Into my head came Becky Webb, from the 8th grade, a big blond girl, a prototype of girls more numerous today, who have been so encouraged and entitled by their parents there’s never in them a wisp of modesty or doubt.  We were up for the same reading at the Thanksgiving  assembly, something about the Pilgrims, and she was chosen over me. I couldn’t figure that out, because I was better. Nevertheless, I decided to be big about it and, noting that she misread the word “sow”– to plant seed– as “sow– a female pig, I pointed it out, to save her embarrassment.
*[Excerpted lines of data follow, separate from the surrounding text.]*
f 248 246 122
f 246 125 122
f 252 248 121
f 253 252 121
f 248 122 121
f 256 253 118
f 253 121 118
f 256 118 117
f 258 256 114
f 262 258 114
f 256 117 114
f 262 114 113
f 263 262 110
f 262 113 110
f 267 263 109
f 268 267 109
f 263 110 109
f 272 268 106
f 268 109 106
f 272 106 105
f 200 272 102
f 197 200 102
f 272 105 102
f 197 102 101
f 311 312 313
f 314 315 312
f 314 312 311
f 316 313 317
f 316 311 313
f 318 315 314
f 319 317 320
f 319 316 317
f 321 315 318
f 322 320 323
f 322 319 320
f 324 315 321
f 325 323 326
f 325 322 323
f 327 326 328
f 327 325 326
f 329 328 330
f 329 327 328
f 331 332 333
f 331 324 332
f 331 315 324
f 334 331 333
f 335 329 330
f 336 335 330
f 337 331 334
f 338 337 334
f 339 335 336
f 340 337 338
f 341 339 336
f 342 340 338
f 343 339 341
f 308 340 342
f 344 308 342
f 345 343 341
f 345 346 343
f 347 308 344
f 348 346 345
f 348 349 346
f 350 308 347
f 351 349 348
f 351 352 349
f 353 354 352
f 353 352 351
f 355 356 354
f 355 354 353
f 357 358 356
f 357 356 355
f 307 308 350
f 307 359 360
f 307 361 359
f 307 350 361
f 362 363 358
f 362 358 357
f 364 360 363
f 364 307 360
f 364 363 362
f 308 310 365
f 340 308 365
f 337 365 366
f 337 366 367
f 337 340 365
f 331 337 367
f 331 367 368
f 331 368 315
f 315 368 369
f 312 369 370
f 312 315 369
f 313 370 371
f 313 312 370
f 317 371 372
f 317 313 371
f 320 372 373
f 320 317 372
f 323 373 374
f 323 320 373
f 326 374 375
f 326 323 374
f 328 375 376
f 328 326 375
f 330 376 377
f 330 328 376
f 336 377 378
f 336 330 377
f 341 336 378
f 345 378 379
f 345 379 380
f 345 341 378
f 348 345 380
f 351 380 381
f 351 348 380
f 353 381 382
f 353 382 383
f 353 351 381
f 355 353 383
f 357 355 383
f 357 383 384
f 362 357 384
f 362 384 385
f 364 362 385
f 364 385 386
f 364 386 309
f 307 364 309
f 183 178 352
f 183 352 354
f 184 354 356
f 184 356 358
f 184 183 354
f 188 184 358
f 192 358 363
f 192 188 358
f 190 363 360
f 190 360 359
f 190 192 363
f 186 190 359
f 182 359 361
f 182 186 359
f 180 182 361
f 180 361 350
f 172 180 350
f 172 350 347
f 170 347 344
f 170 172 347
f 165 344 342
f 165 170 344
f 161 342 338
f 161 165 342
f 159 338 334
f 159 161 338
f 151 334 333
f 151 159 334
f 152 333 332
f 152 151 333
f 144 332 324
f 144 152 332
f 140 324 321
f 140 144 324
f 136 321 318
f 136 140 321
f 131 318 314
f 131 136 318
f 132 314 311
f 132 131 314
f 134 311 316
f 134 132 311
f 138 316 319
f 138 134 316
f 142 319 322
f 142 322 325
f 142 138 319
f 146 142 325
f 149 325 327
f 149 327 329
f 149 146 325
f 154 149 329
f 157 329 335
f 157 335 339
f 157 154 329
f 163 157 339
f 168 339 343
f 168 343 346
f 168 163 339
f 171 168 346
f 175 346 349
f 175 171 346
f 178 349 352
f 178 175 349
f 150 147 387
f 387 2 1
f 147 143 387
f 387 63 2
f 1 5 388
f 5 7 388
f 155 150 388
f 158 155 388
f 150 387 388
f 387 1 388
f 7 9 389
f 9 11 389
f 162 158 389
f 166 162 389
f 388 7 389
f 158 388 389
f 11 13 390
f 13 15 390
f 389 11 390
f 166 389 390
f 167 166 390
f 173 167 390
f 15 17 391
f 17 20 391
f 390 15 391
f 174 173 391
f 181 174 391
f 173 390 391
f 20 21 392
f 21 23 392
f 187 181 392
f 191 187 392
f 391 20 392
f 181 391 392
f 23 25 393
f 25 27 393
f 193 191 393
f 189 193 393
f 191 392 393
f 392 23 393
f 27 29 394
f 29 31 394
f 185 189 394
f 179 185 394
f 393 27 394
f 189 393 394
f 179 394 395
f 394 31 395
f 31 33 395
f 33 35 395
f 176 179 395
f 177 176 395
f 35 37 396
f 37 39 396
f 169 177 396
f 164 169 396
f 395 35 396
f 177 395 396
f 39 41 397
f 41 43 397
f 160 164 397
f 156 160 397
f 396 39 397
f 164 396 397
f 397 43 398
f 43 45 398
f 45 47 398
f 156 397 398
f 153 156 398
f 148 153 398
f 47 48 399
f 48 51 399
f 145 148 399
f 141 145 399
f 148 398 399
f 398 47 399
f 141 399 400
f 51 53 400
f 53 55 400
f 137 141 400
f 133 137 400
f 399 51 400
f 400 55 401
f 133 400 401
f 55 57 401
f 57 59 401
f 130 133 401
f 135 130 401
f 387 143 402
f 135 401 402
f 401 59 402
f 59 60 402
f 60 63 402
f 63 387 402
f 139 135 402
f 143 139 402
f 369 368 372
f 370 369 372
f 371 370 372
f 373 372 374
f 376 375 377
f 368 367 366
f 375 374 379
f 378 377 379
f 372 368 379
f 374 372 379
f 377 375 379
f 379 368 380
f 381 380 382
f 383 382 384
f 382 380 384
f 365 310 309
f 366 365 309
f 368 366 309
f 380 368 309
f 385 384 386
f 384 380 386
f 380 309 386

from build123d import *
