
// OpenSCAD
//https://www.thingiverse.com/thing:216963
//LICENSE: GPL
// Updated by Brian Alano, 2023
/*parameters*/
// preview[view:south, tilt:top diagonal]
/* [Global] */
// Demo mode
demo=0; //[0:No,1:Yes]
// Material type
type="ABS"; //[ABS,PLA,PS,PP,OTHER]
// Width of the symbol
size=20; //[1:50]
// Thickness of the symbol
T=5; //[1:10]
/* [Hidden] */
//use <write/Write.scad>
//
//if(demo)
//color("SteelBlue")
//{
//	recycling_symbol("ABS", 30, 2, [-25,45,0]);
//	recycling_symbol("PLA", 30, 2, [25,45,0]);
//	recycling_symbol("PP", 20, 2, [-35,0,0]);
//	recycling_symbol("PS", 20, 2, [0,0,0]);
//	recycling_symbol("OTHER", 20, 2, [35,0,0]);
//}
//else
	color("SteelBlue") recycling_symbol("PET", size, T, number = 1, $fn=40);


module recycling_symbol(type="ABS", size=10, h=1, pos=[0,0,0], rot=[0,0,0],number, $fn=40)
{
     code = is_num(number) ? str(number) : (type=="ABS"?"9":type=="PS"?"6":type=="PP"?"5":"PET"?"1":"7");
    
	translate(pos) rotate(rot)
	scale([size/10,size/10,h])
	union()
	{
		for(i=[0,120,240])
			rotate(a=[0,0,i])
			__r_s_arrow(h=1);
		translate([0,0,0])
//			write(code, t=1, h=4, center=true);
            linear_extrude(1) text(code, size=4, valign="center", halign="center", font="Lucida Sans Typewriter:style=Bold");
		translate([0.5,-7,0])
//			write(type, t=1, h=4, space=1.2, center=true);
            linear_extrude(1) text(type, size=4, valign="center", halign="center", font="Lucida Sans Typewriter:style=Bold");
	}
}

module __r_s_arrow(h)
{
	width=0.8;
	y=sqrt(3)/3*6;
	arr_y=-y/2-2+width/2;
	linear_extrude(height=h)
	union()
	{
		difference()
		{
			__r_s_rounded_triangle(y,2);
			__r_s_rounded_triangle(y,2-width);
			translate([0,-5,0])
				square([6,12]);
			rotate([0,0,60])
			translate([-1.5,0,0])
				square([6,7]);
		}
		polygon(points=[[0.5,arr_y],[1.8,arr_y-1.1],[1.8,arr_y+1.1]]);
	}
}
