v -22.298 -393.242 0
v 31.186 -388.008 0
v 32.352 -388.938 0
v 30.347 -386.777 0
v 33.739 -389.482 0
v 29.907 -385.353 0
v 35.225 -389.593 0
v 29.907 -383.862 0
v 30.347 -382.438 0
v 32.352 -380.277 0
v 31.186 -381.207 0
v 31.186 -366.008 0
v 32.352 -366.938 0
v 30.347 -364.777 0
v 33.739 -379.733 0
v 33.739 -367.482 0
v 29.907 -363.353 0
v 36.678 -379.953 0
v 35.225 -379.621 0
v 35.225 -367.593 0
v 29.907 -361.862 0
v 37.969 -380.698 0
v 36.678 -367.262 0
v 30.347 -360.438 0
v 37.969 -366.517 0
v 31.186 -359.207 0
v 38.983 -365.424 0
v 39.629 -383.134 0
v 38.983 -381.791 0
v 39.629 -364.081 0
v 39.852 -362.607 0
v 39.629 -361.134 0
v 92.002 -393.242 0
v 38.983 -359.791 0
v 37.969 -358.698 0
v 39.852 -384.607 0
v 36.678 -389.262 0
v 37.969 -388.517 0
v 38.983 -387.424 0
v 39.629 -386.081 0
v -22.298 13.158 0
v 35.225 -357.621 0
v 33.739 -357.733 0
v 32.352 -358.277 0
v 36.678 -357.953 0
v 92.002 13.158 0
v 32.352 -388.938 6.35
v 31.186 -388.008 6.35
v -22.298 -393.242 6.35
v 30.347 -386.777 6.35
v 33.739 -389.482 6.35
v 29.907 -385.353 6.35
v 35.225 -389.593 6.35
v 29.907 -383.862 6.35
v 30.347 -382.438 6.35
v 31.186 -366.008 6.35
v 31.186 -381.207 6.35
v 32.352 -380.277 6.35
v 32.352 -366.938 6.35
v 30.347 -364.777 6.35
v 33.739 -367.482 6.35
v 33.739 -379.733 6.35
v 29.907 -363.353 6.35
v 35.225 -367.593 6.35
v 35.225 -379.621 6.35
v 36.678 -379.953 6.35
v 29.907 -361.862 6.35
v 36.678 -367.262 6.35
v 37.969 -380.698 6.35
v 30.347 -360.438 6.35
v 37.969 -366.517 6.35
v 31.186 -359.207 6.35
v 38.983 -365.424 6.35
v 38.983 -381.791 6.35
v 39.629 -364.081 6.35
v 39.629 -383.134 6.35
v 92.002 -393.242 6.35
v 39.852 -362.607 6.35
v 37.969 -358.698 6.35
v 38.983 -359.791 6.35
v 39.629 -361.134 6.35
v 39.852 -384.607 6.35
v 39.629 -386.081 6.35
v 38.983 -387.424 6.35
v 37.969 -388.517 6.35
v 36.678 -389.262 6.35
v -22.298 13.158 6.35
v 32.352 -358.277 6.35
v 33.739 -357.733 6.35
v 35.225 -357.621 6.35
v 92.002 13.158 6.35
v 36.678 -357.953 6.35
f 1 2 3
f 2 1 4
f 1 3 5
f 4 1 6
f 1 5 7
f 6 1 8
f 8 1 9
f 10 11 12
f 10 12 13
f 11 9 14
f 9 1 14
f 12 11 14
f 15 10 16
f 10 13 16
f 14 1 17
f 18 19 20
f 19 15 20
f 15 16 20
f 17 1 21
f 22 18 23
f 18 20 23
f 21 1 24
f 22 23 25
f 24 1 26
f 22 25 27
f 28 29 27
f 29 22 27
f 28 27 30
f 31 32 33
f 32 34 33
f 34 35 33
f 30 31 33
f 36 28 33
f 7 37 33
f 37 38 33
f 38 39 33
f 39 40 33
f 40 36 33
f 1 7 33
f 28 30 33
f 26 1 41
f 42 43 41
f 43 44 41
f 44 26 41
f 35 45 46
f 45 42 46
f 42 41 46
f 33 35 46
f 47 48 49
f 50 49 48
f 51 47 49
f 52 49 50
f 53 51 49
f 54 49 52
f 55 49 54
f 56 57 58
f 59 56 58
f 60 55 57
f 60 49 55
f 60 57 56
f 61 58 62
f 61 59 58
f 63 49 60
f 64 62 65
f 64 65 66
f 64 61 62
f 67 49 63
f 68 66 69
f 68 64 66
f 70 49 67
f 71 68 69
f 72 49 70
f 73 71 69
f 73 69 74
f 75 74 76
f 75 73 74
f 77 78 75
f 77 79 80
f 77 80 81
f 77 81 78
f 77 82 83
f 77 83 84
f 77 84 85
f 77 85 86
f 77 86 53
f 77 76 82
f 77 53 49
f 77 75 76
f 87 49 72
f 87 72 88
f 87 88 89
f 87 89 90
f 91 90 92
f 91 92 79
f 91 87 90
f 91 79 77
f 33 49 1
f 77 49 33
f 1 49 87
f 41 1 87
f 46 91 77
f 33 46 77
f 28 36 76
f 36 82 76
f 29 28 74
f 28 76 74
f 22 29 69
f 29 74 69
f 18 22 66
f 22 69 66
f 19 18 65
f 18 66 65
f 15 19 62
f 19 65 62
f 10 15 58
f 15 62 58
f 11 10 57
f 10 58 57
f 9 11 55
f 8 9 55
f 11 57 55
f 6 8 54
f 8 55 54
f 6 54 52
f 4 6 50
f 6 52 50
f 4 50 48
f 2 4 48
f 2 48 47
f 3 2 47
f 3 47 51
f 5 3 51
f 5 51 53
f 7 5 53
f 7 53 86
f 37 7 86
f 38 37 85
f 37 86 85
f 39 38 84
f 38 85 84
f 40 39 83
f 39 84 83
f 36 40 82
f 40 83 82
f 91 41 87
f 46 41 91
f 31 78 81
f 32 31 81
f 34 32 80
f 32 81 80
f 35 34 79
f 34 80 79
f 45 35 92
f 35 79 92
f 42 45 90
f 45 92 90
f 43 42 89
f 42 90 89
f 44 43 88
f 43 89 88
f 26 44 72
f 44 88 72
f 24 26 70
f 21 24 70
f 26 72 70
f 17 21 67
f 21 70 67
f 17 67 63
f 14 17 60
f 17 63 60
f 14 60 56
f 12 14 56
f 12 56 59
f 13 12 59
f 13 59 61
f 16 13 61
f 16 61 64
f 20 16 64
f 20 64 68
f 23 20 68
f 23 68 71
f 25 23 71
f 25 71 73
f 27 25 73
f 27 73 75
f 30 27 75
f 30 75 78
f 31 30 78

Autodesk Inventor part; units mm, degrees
ref_plane "YZ Plane" through (0, 0, 0) normal (1, 0, 0) x (0, 1, 0)
ref_plane "XZ Plane" through (0, 0, 0) normal (0, 1, 0) x (-1, 0, 0)
ref_plane "XY Plane" through (0, 0, 0) normal (0, 0, 1) x (1, 0, 0)
sketch "Sketch1" plane through (0, 0, 0) normal (0, 0, 1) x (1, 0, 0)
  line L0 (-22.2985, 25.8576) -> (117.4015, 25.8576)
  line L1 (117.4015, 25.8576) -> (117.4015, -278.9424)
  line L2 (117.4015, -278.9424) -> (-22.2985, -278.9424)
  line L3 (-22.2985, -278.9424) -> (-22.2985, 25.8576)
  point P0 (0, 0)
  dimension "d0" = 139.7
  dimension "d1" = 304.8
extrude "Extrusion1" add sketch "Sketch1" along normal blind 6.35
sketch "Sketch2" plane through (117.4015, -278.9424, 0) normal (1, 0, 0) x (0, 0, -1)
  line L0 (-6.35, 304.8) -> (-6.35, 0) projected
  line L1 (0, 0) -> (-6.35, 0) projected
  line L2 (0, 304.8) -> (0, 0) projected
  line L3 (0, 304.8) -> (-6.35, 304.8) projected
  point P0 (0, 278.9424)
extrude "Extrusion2" add sketch "Sketch2" along normal blind 12.7
sketch "Sketch3" plane through (130.1015, -278.9424, 0) normal (1, 0, 0) x (0, 0, -1)
  line L0 (-6.35, 304.8) -> (0, 304.8) projected
  line L1 (-6.35, 0) -> (-6.35, 304.8) projected
  line L2 (0, 0) -> (-6.35, 0) projected
  line L3 (0, 304.8) -> (0, 0) projected
  point P0 (0, 278.9424)
extrude "Extrusion3" cut sketch "Sketch3" against normal blind 38.1
sketch "Sketch5" plane through (0, 0, 6.35) normal (0, 0, 1) x (1, 0, 0)
  line L0 (-22.2985, -278.9424) -> (92.0015, -278.9424)
  line L1 (92.0015, -278.9424) -> (92.0015, -532.9424)
  line L2 (92.0015, -532.9424) -> (-22.2985, -532.9424)
  line L3 (-22.2985, -532.9424) -> (-22.2985, -278.9424)
  point P0 (0, 0)
  dimension "d9" = 254
extrude "Extrusion4" add sketch "Sketch5" against normal blind 6.35
sketch "Sketch6" plane through (-22.2985, -532.9424, 6.35) normal (0, -1, 0) x (1, 0, 0)
  line L0 (0, -6.35) -> (114.3, -6.35) projected
  line L1 (114.3, 0) -> (114.3, -6.35) projected
  line L2 (0, 0) -> (114.3, 0) projected
  line L3 (0, 0) -> (0, -6.35) projected
  point P0 (22.2985, -6.35)
extrude "Extrusion5" cut sketch "Sketch6" against normal blind 127
sketch "Sketch7" plane through (0, 0, 6.35) normal (0, 0, 1) x (1, 0, 0)
  line L0 (-22.2985, -405.9424) -> (92.0015, -405.9424) projected
  line L1 (92.0015, -405.9424) -> (92.0015, 25.8576) projected
  line L2 (-22.2985, -405.9424) -> (92.0015, -405.9424)
  line L3 (92.0015, -405.9424) -> (92.0015, -399.5924)
  line L4 (92.0015, -399.5924) -> (-22.2985, -399.5924)
  line L5 (-22.2985, -399.5924) -> (-22.2985, -405.9424)
  point P0 (0, 0)
  dimension "d14" = 6.35
extrude "Extrusion6" cut sketch "Sketch7" against normal blind 25.4
sketch "Sketch8" plane through (0, 0, 6.35) normal (0, 0, 1) x (1, 0, 0)
  line L0 (-22.2985, -399.5924) -> (92.0015, -399.5924)
  line L1 (92.0015, -399.5924) -> (92.0015, -405.9424)
  line L2 (92.0015, -405.9424) -> (-22.2985, -405.9424)
  line L3 (-22.2985, -405.9424) -> (-22.2985, -399.5924)
  point P0 (0, 0)
  dimension "d17" = 6.35
extrude "Extrusion7" add sketch "Sketch8" against normal blind 6.35
sketch "Sketch9" plane through (0, 0, 6.35) normal (0, 0, 1) x (1, 0, 0)
  line L0 (-22.2985, -405.9424) -> (92.0015, -405.9424) projected
  line L1 (34.8515, -405.9424) -> (34.8515, -392.6074)
  line L2 (34.8515, -392.6074) -> (34.8515, -384.6074)
  circle A0 centre (34.8515, -384.6074) radius 5
  line L3 (34.8515, -392.6074) -> (34.8515, -362.6074)
  circle A1 centre (34.8515, -362.6074) radius 5
  point P0 (0, 0)
  dimension "d20" = 13.335
  dimension "d21" = 8
  dimension "d22" = 10
  dimension "d23" = 30
  dimension "d24" = 10
extrude "Extrusion8" cut sketch "Sketch9" against normal blind 25.4
sketch "Sketch10" plane through (-22.2985, 25.8576, 6.35) normal (0, 1, 0) x (1, 0, 0)
  line L0 (114.3, 0) -> (114.3, 6.35) projected
  line L1 (0, 6.35) -> (114.3, 6.35) projected
  line L2 (0, 6.35) -> (0, 0) projected
  line L3 (0, 0) -> (114.3, 0) projected
  point P0 (22.2985, 6.35)
extrude "Extrusion9" cut sketch "Sketch10" against normal blind 12.7
sketch "Sketch11" plane through (-22.2985, -405.9424, 6.35) normal (0, -1, 0) x (1, 0, 0)
  line L0 (0, -6.35) -> (114.3, -6.35) projected
  line L1 (114.3, 0) -> (114.3, -6.35) projected
  line L2 (0, 0) -> (114.3, 0) projected
  line L3 (0, 0) -> (0, -6.35) projected
  point P0 (22.2985, -6.35)
extrude "Extrusion10" cut sketch "Sketch11" against normal blind 12.7
properties part number "back"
She gave me a very knowing look and said, “You’re just saying that so I’ll get it wrong, because you’re mad that I got the reading.” She went on stage and said “and they female pigged the seed into the furrows,” and so far as I know she thinks she did it right to this day, and that she cunningly caught me trying to subvert her triumph. I tell my students that things pop into your head because they’re unresolved and need to be dealt with– and that this is the fount of art. So, in Becky popped. Have I dealt with it? Actually, it’s emblematic of my life since, isn’t it? My watching the unfolding of a lesser thing than I would have done, unable to speak, unable to put my cause, recognizing that quality had not been the issue.
   
Truly excellent day painting, breakthroughs, successes.

Saturday, March 19, 2016


March 18, 2016

To the Magnetic for an evening of theater. Reflect on what excellent companions the theater and the railroad are, without really being able to articulate the reasons. Half misty moon. Peaches and nectarine the best pink ever.

Thursday, March 17, 2016

Blessed St. Patrick


March 17, 2016
   
Blessed Patrick. Wore my green to the work-out. Quite good day at the studio, with the example of van Gogh and the flawless Netherlanders in recent memory. Planted tuberose, black lily, variegated mollis, though a strange exhaustion (that was with me in Amsterdam) hindered activity in the garden somewhat.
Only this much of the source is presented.